Sienna sat back on her end of the sofa with her own cup of tea and didn't try to fill the silence with empty reassurances.
She was just there. Present. Her shoes were off, tucked neatly by the door, and she was sitting with her legs curled under her on Elise's sofa as if this were a normal evening and not the worst night of Elise's career.
"Thank you," Elise said when she'd finished. "For all of this. The hospital. The ride. The eggs."
"It's my job."
Elise set her fork down on the plate. "Walking me upstairs and making me eggs is not your job."
Sienna looked down at her tea. A faint flush coloured her neck, visible even in the warm lamp light of the living room. "No," she said quietly. "I suppose it isn't."
They looked at each other. The apartment was quiet and outside the trees rustled in the night breeze and Elise wanted to ask her to stay.
She wanted to say don't go, stay on this sofa with me, because the silence in this apartment is too loud when I'm alone and your voice is the only thing that's made anything feel okay tonight.
She didn't say any of that.
"You should get some sleep," Sienna said, standing. She gathered the mug and plate and took them to the kitchen. "Keep the sling on. Ice the shoulder for twenty minutes before bed. And text me if the pain gets worse overnight."
"Okay."
Sienna paused at the door. She looked back at Elise, and her expression was softer than professional concern and more complicated than friendship. "You're going to be okay, Elise."
The words were simple. Her voice was not.
"Yeah." Elise's voice was rough. "Thanks, Doc."
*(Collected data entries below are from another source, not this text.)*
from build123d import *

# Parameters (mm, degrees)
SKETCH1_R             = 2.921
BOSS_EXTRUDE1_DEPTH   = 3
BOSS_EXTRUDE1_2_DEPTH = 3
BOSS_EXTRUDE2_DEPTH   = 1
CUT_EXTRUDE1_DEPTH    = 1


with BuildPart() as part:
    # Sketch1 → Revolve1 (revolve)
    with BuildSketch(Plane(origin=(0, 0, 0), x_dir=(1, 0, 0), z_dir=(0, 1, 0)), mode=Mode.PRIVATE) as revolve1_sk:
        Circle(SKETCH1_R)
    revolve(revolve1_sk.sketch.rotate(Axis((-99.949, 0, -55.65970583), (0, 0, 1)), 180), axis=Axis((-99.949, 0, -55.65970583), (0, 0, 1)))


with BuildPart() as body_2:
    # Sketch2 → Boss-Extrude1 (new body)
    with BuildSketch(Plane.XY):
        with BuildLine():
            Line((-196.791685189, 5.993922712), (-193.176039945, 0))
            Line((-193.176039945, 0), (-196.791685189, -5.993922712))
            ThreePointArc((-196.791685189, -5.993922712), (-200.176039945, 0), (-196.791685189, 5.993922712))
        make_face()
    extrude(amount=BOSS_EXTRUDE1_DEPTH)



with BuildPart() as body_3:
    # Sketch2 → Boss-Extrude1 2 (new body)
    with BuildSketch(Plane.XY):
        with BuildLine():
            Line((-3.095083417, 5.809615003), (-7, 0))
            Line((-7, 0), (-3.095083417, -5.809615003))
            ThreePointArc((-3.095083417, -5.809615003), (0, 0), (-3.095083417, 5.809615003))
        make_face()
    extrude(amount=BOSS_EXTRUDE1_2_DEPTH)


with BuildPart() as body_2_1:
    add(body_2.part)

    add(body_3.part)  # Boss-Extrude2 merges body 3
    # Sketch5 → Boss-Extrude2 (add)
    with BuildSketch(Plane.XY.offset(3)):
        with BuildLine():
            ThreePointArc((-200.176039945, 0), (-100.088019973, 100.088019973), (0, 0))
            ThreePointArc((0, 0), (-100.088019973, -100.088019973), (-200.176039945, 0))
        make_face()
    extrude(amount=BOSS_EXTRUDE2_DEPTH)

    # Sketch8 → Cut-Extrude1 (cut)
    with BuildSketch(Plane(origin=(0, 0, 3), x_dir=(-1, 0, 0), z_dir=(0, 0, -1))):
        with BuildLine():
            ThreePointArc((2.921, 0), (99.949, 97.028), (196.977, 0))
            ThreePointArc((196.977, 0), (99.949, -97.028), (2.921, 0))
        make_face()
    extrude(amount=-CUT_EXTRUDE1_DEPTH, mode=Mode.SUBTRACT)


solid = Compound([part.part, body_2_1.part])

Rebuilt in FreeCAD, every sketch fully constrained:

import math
import FreeCAD as App
import Part
import Sketcher
Q = App.Units.Quantity

doc = App.newDocument("Part")
body = doc.addObject("PartDesign::Body", "Body")

# Sketch on XZ plane
sketch1 = doc.addObject("Sketcher::SketchObject", "Sketch")
body.addObject(sketch1)
sketch1.AttachmentSupport = (doc.XZ_Plane, [""])
sketch1.MapMode = "FlatFace"
sketch1.addGeometry(Part.Circle(App.Vector(0, 0, 0), App.Vector(0, 0, 1), 2.9), False)
sketch1.addGeometry(Part.LineSegment(App.Vector(-99.9, 0, 0), App.Vector(-99.9, 10, 0)), True)  # axis
sketch1.addConstraint([
    Sketcher.Constraint("Vertical", 1),
    Sketcher.Constraint("Coincident", 0, 3, -1, 1),
    Sketcher.Constraint("PointOnObject", 1, 1, -1),
    Sketcher.Constraint("DistanceY", 1, 1, 1, 2, Q("10 mm")),
    Sketcher.Constraint("Diameter", 0, Q("5.842 mm")),
    Sketcher.Constraint("DistanceX", 1, 1, -1, 1, Q("99.949 mm")),
])
revolution = doc.addObject("PartDesign::Revolution", "Revolution")
body.addObject(revolution)
revolution.Profile = sketch1
revolution.ReferenceAxis = (sketch1, ["Axis0"])
revolution.Angle = 360
body2 = doc.addObject("PartDesign::Body", "Body001")

# Sketch on XY plane
sketch2 = doc.addObject("Sketcher::SketchObject", "Sketch001")
body2.addObject(sketch2)
sketch2.AttachmentSupport = (doc.getObject("XY_Plane001"), [""])
sketch2.MapMode = "FlatFace"
sketch2.addGeometry([
    Part.LineSegment(App.Vector(-193, 0, 0), App.Vector(-197, 6, 0)),
    Part.ArcOfCircle(Part.Circle(App.Vector(-193, 0, 0), App.Vector(0, 0, 1), 7), math.radians(121), math.radians(239)),
    Part.LineSegment(App.Vector(-197, -6, 0), App.Vector(-193, 0, 0)),
], False)
sketch2.addConstraint([
    Sketcher.Constraint("Coincident", 0, 2, 1, 1),
    Sketcher.Constraint("Coincident", 1, 2, 2, 1),
    Sketcher.Constraint("Coincident", 2, 2, 0, 1),
    Sketcher.Constraint("Coincident", 2, 2, 1, 3),
    Sketcher.Constraint("Symmetric", 0, 2, 1, 2, -1),
    Sketcher.Constraint("Radius", 1, Q("7 mm")),
    Sketcher.Constraint("DistanceX", 1, 3, -1, 1, Q("193.17604 mm")),
    Sketcher.Constraint("DistanceX", 0, 2, -1, 1, Q("196.791685 mm")),
])
pad1 = doc.addObject("PartDesign::Pad", "Pad")
body2.addObject(pad1)
pad1.Profile = sketch2
pad1.Length = 3
body3 = doc.addObject("PartDesign::Body", "Body002")

# Sketch on XY plane
sketch3 = doc.addObject("Sketcher::SketchObject", "Sketch002")
body3.addObject(sketch3)
sketch3.AttachmentSupport = (doc.getObject("XY_Plane002"), [""])
sketch3.MapMode = "FlatFace"
sketch3.addGeometry([
    Part.LineSegment(App.Vector(-3, 6, 0), App.Vector(-7, 0, 0)),
    Part.LineSegment(App.Vector(-7, 0, 0), App.Vector(-3, -6, 0)),
    Part.ArcOfCircle(Part.Circle(App.Vector(-7, 0, 0), App.Vector(0, 0, 1), 7), math.radians(-56), math.radians(56)),
], False)
sketch3.addConstraint([
    Sketcher.Constraint("Coincident", 0, 2, 1, 1),
    Sketcher.Constraint("Coincident", 1, 2, 2, 1),
    Sketcher.Constraint("Coincident", 2, 2, 0, 1),
    Sketcher.Constraint("Coincident", 0, 2, 2, 3),
    Sketcher.Constraint("Symmetric", 1, 2, 2, 2, -1),
    Sketcher.Constraint("Radius", 2, Q("7 mm")),
    Sketcher.Constraint("DistanceX", 2, 3, -1, 1, Q("7 mm")),
    Sketcher.Constraint("DistanceY", 1, 2, 2, 2, Q("11.61923 mm")),
])
pad2 = doc.addObject("PartDesign::Pad", "Pad001")
body3.addObject(pad2)
pad2.Profile = sketch3
pad2.Length = 3
body2.AllowCompound = True
doc.recompute()

boolean = doc.addObject("PartDesign::Boolean", "Boolean")
body2.addObject(boolean)
boolean.Type = "Fuse"
boolean.addObjects([body3])

# Sketch on XY plane
sketch4 = doc.addObject("Sketcher::SketchObject", "Sketch003")
body2.addObject(sketch4)
sketch4.AttachmentSupport = (doc.getObject("XY_Plane001"), [""])
sketch4.MapMode = "FlatFace"
sketch4.AttachmentOffset = App.Placement(App.Vector(0, 0, 3), App.Rotation())
sketch4.addGeometry([
    Part.ArcOfCircle(Part.Circle(App.Vector(-100, 0, 0), App.Vector(0, 0, 1), 100), math.radians(0), math.radians(180)),
    Part.ArcOfCircle(Part.Circle(App.Vector(-100, 0, 0), App.Vector(0, 0, 1), 100), math.radians(180), math.radians(360)),
], False)
sketch4.addConstraint([
    Sketcher.Constraint("Tangent", 0, 1, 1, 2),
    Sketcher.Constraint("Coincident", 1, 1, 0, 2),
    Sketcher.Constraint("Coincident", 0, 1, -1, 1),
    Sketcher.Constraint("PointOnObject", 0, 3, -1),
    Sketcher.Constraint("PointOnObject", 1, 1, -1),
    Sketcher.Constraint("Radius", 0, Q("100.08802 mm")),
])
pad3 = doc.addObject("PartDesign::Pad", "Pad002")
body2.addObject(pad3)
pad3.Profile = sketch4
pad3.Length = 1

# Sketch on XY plane
sketch5 = doc.addObject("Sketcher::SketchObject", "Sketch004")
body2.addObject(sketch5)
sketch5.AttachmentSupport = (doc.getObject("XY_Plane001"), [""])
sketch5.MapMode = "FlatFace"
sketch5.AttachmentOffset = App.Placement(App.Vector(0, 0, 3), App.Rotation())
sketch5.addGeometry(Part.Circle(App.Vector(-100, 0, 0), App.Vector(0, 0, 1), 97), False)
sketch5.addConstraint([
    Sketcher.Constraint("PointOnObject", 0, 3, -1),
    Sketcher.Constraint("Diameter", 0, Q("194.056 mm")),
    Sketcher.Constraint("DistanceX", 0, 3, -1, 1, Q("99.949 mm")),
])
pocket1 = doc.addObject("PartDesign::Pocket", "Pocket")
body2.addObject(pocket1)
pocket1.Profile = sketch5
pocket1.Length = 1
pocket1.Reversed = True

doc.recompute()
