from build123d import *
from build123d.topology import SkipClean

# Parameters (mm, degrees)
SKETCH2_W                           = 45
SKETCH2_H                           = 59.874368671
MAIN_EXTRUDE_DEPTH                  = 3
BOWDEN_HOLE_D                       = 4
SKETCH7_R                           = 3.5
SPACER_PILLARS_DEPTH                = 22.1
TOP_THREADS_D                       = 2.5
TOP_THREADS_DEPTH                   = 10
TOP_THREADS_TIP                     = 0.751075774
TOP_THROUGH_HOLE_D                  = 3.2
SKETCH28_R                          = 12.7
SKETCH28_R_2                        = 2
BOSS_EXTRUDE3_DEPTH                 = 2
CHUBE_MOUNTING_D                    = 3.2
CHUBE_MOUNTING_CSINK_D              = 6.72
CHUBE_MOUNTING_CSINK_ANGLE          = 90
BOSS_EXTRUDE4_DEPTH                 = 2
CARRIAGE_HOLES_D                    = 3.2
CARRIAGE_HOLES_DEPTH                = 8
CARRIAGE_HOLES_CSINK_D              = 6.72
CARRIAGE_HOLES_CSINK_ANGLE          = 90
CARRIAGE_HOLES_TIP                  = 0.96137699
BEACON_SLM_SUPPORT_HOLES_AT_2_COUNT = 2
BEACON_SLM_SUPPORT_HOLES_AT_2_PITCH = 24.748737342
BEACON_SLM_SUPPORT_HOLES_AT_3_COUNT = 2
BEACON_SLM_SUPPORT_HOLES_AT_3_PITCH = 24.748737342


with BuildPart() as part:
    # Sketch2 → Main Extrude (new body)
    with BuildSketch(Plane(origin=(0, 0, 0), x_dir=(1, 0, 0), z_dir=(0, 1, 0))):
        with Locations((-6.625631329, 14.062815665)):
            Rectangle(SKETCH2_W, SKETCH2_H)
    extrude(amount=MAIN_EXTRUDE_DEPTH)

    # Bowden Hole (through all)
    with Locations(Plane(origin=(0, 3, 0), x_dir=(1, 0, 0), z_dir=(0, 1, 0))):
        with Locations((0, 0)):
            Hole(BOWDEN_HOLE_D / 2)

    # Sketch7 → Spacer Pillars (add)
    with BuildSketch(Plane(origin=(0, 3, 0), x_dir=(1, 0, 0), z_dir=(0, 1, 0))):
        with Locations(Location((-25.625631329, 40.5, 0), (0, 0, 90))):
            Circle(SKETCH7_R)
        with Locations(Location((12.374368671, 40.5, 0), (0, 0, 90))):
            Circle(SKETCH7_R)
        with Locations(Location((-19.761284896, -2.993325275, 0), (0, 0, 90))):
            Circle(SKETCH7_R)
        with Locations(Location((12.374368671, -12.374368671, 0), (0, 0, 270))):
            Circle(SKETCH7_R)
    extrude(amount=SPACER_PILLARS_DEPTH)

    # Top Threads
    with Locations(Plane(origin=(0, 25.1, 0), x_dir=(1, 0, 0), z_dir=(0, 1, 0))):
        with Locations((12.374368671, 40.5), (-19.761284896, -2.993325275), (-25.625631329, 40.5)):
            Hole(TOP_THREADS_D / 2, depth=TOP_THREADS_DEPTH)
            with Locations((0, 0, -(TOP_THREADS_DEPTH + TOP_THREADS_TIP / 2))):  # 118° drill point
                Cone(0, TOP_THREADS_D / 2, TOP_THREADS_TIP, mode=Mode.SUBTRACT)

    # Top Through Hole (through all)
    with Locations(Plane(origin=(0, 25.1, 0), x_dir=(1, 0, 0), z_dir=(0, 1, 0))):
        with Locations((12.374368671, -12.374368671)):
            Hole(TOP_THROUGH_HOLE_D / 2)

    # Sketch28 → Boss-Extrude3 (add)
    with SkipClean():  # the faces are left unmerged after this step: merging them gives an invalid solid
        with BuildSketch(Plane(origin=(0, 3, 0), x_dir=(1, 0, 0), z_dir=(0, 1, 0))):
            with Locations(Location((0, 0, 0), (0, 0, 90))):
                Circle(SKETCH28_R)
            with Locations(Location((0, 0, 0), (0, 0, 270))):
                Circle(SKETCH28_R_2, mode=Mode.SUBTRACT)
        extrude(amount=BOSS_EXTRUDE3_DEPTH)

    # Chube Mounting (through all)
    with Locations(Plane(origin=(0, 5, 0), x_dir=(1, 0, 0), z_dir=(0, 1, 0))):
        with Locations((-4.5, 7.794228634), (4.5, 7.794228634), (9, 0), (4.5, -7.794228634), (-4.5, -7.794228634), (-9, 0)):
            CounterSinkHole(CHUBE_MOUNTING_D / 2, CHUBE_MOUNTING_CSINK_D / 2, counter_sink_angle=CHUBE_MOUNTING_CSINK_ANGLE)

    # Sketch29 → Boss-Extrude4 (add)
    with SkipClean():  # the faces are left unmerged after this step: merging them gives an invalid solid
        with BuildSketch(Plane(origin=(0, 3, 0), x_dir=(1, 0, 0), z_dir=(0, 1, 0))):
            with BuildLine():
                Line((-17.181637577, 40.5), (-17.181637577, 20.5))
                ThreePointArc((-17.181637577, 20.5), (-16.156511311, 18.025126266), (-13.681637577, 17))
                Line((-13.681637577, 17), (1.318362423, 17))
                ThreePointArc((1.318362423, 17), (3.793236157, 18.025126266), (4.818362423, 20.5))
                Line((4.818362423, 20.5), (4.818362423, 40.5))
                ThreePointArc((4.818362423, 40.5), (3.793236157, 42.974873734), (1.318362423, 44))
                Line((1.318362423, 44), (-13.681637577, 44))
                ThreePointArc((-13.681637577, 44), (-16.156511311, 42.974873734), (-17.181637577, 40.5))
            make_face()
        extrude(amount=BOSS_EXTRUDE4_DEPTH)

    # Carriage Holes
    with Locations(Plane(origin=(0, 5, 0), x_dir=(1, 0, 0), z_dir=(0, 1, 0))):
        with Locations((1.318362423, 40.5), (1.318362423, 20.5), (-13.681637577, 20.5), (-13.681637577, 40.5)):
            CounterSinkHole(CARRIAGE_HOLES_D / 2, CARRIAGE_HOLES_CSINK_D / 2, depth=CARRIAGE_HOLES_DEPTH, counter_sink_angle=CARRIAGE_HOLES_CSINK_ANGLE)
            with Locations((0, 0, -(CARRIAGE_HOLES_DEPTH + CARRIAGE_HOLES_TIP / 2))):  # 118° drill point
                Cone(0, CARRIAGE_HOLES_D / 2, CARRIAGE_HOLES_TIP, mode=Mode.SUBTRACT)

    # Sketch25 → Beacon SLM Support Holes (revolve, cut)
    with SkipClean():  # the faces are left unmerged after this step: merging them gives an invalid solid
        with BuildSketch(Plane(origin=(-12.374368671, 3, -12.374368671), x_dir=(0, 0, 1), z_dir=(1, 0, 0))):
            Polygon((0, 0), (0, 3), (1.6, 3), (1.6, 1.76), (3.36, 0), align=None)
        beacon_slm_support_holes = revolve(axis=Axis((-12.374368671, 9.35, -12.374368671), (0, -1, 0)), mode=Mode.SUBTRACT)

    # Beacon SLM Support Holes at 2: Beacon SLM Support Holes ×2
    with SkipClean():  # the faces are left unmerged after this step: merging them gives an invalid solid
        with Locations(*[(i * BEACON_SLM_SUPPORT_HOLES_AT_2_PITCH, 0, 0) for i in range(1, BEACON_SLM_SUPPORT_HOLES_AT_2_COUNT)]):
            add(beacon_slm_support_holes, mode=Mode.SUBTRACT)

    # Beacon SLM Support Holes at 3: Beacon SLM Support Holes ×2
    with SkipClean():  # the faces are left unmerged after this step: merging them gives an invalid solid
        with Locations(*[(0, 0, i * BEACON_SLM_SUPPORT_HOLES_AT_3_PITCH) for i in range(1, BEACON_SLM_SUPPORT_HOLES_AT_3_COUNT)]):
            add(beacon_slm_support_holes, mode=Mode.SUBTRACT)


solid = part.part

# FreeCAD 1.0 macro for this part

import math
import FreeCAD as App
import Part
import Sketcher
from FreeCAD import Vector
Q = App.Units.Quantity


def add_polygon(sketch, points):
    """Adds a closed chain of lines whose ends are joined by coincident constraints."""
    first, n = sketch.GeometryCount, len(points)
    for a, b in zip(points, points[1:] + points[:1]):
        sketch.addGeometry(Part.LineSegment(App.Vector(*a, 0), App.Vector(*b, 0)), False)
    for i in range(n):
        sketch.addConstraint(Sketcher.Constraint("Coincident", first + i, 2, first + (i + 1) % n, 1))

doc = App.newDocument("Part")
params = doc.addObject("Spreadsheet::Sheet", "Params")
for row, (alias, value) in enumerate([
    ("sketch1_width", "45 mm"),
    ("pad1_length", "3 mm"),
    ("sketch2_diameter", "4 mm"),
    ("hole_diameter", "4 mm"),
    ("sketch3_diameter", "7 mm"),
    ("pad2_length", "22.1 mm"),
    ("sketch4_diameter", "2.5 mm"),
    ("hole2_diameter", "2.5 mm"),
    ("hole2_depth", "10 mm"),
    ("sketch5_diameter", "3.2 mm"),
    ("hole3_diameter", "3.2 mm"),
    ("sketch6_diameter", "4 mm"),
    ("sketch6_diameter2", "25.4 mm"),
    ("pad3_length", "2 mm"),
    ("sketch7_diameter", "3.2 mm"),
    ("hole4_diameter", "3.2 mm"),
    ("hole4_csink_diameter", "6.72 mm"),
    ("sketch8_radius", "3.5 mm"),
    ("sketch8_width", "15 mm"),
    ("sketch8_height", "20 mm"),
    ("pad4_length", "2 mm"),
    ("sketch9_diameter", "3.2 mm"),
    ("hole5_diameter", "3.2 mm"),
    ("hole5_depth", "8 mm"),
    ("hole5_csink_diameter", "6.72 mm"),
    ("sketch10_width", "3 mm"),
    ("sketch10_height", "1.6 mm"),
    ("sketch10_width2", "1.24 mm"),
    ("groove_angle", "360 deg"),
    ("linearpattern_pitch", "24.748737 mm"),
    ("linearpattern2_pitch", "24.748737 mm"),
], start=1):
    params.set(f"A{row}", alias)
    params.set(f"B{row}", "=" + value)
    params.setAlias(f"B{row}", alias)

body = doc.addObject("PartDesign::Body", "Body")

sketch1 = doc.addObject("Sketcher::SketchObject", "Sketch")
body.addObject(sketch1)
sketch1.AttachmentSupport = (doc.XZ_Plane, [""])
sketch1.MapMode = "FlatFace"
add_polygon(sketch1, [(-29, -44), (-29, 16), (16, 16), (16, -44)])
sketch1.addConstraint([
    Sketcher.Constraint("Vertical", 0),
    Sketcher.Constraint("Horizontal", 1),
    Sketcher.Constraint("Vertical", 2),
    Sketcher.Constraint("Horizontal", 3),
    Sketcher.Constraint("DistanceX", 1, 1, 1, 2, Q("45 mm")),
    Sketcher.Constraint("DistanceY", 2, 2, -1, 1, Q("44 mm")),
    Sketcher.Constraint("DistanceY", 0, 1, 0, 2, Q("59.874369 mm")),
    Sketcher.Constraint("DistanceX", 0, 2, -1, 1, Q("29.125631 mm")),
])
sketch1.setExpression("Constraints[8]", "Params.sketch1_width")
pad1 = doc.addObject("PartDesign::Pad", "Pad")
body.addObject(pad1)
pad1.Profile = sketch1
pad1.setExpression("Length", "Params.pad1_length")
pad1.Reversed = True

sketch2 = doc.addObject("Sketcher::SketchObject", "Sketch001")
body.addObject(sketch2)
sketch2.AttachmentSupport = (doc.XZ_Plane, [""])
sketch2.MapMode = "FlatFace"
sketch2.AttachmentOffset = App.Placement(Vector(0, 0, -3), App.Rotation())
sketch2.addGeometry(Part.Circle(Vector(0, 0, 0), Vector(0, 0, 1), 2), False)
sketch2.addConstraint([
    Sketcher.Constraint("Coincident", 0, 3, -1, 1),
    Sketcher.Constraint("Diameter", 0, Q("4 mm")),
])
sketch2.setExpression("Constraints[1]", "Params.sketch2_diameter")
doc.recompute()
hole = doc.addObject("PartDesign::Hole", "Hole")
body.addObject(hole)
hole.Profile = sketch2
hole.ThreadType = "None"
hole.setExpression("Diameter", "Params.hole_diameter")
hole.DepthType = "ThroughAll"
hole.Reversed = True

sketch3 = doc.addObject("Sketcher::SketchObject", "Sketch002")
body.addObject(sketch3)
sketch3.AttachmentSupport = (doc.XZ_Plane, [""])
sketch3.MapMode = "FlatFace"
sketch3.AttachmentOffset = App.Placement(Vector(0, 0, -3), App.Rotation())
sketch3.addGeometry([
    Part.Circle(Vector(-25.6, -40.5, 0), Vector(0, 0, 1), 3.5),
    Part.Circle(Vector(12.4, -40.5, 0), Vector(0, 0, 1), 3.5),
    Part.Circle(Vector(-19.8, 3, 0), Vector(0, 0, 1), 3.5),
    Part.Circle(Vector(12.4, 12.4, 0), Vector(0, 0, 1), 3.5),
], False)
sketch3.addConstraint([
    Sketcher.Constraint("Equal", 0, 1),
    Sketcher.Constraint("Equal", 1, 2),
    Sketcher.Constraint("Equal", 2, 3),
    Sketcher.Constraint("Horizontal", 0, 3, 1, 3),
    Sketcher.Constraint("Vertical", 1, 3, 3, 3),
    Sketcher.Constraint("Diameter", 0, Q("7 mm")),
    Sketcher.Constraint("DistanceX", 0, 3, 1, 3, Q("38 mm")),
    Sketcher.Constraint("DistanceY", 0, 3, -1, 1, Q("40.5 mm")),
    Sketcher.Constraint("DistanceX", 0, 3, -1, 1, Q("25.625631 mm")),
    Sketcher.Constraint("DistanceY", -1, 1, 3, 3, Q("12.374369 mm")),
    Sketcher.Constraint("DistanceX", 2, 3, -1, 1, Q("19.761285 mm")),
    Sketcher.Constraint("DistanceY", -1, 1, 2, 3, Q("2.993325 mm")),
])
sketch3.setExpression("Constraints[5]", "Params.sketch3_diameter")
pad2 = doc.addObject("PartDesign::Pad", "Pad001")
body.addObject(pad2)
pad2.Profile = sketch3
pad2.setExpression("Length", "Params.pad2_length")
pad2.Reversed = True

sketch4 = doc.addObject("Sketcher::SketchObject", "Sketch003")
body.addObject(sketch4)
sketch4.AttachmentSupport = (doc.XZ_Plane, [""])
sketch4.MapMode = "FlatFace"
sketch4.AttachmentOffset = App.Placement(Vector(0, 0, -25.1), App.Rotation())
sketch4.addGeometry([
    Part.Circle(Vector(12.4, -40.5, 0), Vector(0, 0, 1), 1.2),
    Part.Circle(Vector(-19.8, 3, 0), Vector(0, 0, 1), 1.2),
    Part.Circle(Vector(-25.6, -40.5, 0), Vector(0, 0, 1), 1.2),
], False)
sketch4.addConstraint([
    Sketcher.Constraint("Equal", 0, 1),
    Sketcher.Constraint("Equal", 1, 2),
    Sketcher.Constraint("Horizontal", 0, 3, 2, 3),
    Sketcher.Constraint("Diameter", 0, Q("2.5 mm")),
    Sketcher.Constraint("DistanceX", 2, 3, 0, 3, Q("38 mm")),
    Sketcher.Constraint("DistanceY", 0, 3, -1, 1, Q("40.5 mm")),
    Sketcher.Constraint("DistanceX", -1, 1, 0, 3, Q("12.374369 mm")),
    Sketcher.Constraint("DistanceX", 1, 3, -1, 1, Q("19.761285 mm")),
    Sketcher.Constraint("DistanceY", -1, 1, 1, 3, Q("2.993325 mm")),
])
sketch4.setExpression("Constraints[3]", "Params.sketch4_diameter")
doc.recompute()
hole2 = doc.addObject("PartDesign::Hole", "Hole001")
body.addObject(hole2)
hole2.Profile = sketch4
hole2.ThreadType = "None"
hole2.setExpression("Diameter", "Params.hole2_diameter")
hole2.DepthType = "Dimension"
hole2.setExpression("Depth", "Params.hole2_depth")
hole2.DrillPoint = "Angled"
hole2.DrillPointAngle = 118
hole2.Reversed = True

sketch5 = doc.addObject("Sketcher::SketchObject", "Sketch004")
body.addObject(sketch5)
sketch5.AttachmentSupport = (doc.XZ_Plane, [""])
sketch5.MapMode = "FlatFace"
sketch5.AttachmentOffset = App.Placement(Vector(0, 0, -25.1), App.Rotation())
sketch5.addGeometry(Part.Circle(Vector(12.4, 12.4, 0), Vector(0, 0, 1), 1.6), False)
sketch5.addConstraint([
    Sketcher.Constraint("Diameter", 0, Q("3.2 mm")),
    Sketcher.Constraint("DistanceX", -1, 1, 0, 3, Q("12.374369 mm")),
    Sketcher.Constraint("DistanceY", -1, 1, 0, 3, Q("12.374369 mm")),
])
sketch5.setExpression("Constraints[0]", "Params.sketch5_diameter")
doc.recompute()
hole3 = doc.addObject("PartDesign::Hole", "Hole002")
body.addObject(hole3)
hole3.Profile = sketch5
hole3.ThreadType = "None"
hole3.setExpression("Diameter", "Params.hole3_diameter")
hole3.DepthType = "ThroughAll"
hole3.Reversed = True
Sienna smiled, small and brief, and let herself out. The lock clicked softly behind her as the door closed. Elise listened to her footsteps fade down the stairwell, and then the apartment was quiet again.
She sat on the sofa with her tea growing cold and her shoulder aching and her chest full of a heat she refused to examine, and she thought about Sienna Park's warm, steady hands and Sienna Park's quiet voice and the way Sienna Park had looked at her in the medical room when she'd put her hand on her chest and the whole world had gone still.
Six weeks of rehab. Daily sessions. Just the two of them.
Elise leaned her head back against the sofa and stared at the ceiling. The apartment was too quiet again. Her shoulder was throbbing. And she didn't know whether to dread the next six weeks or ache for them.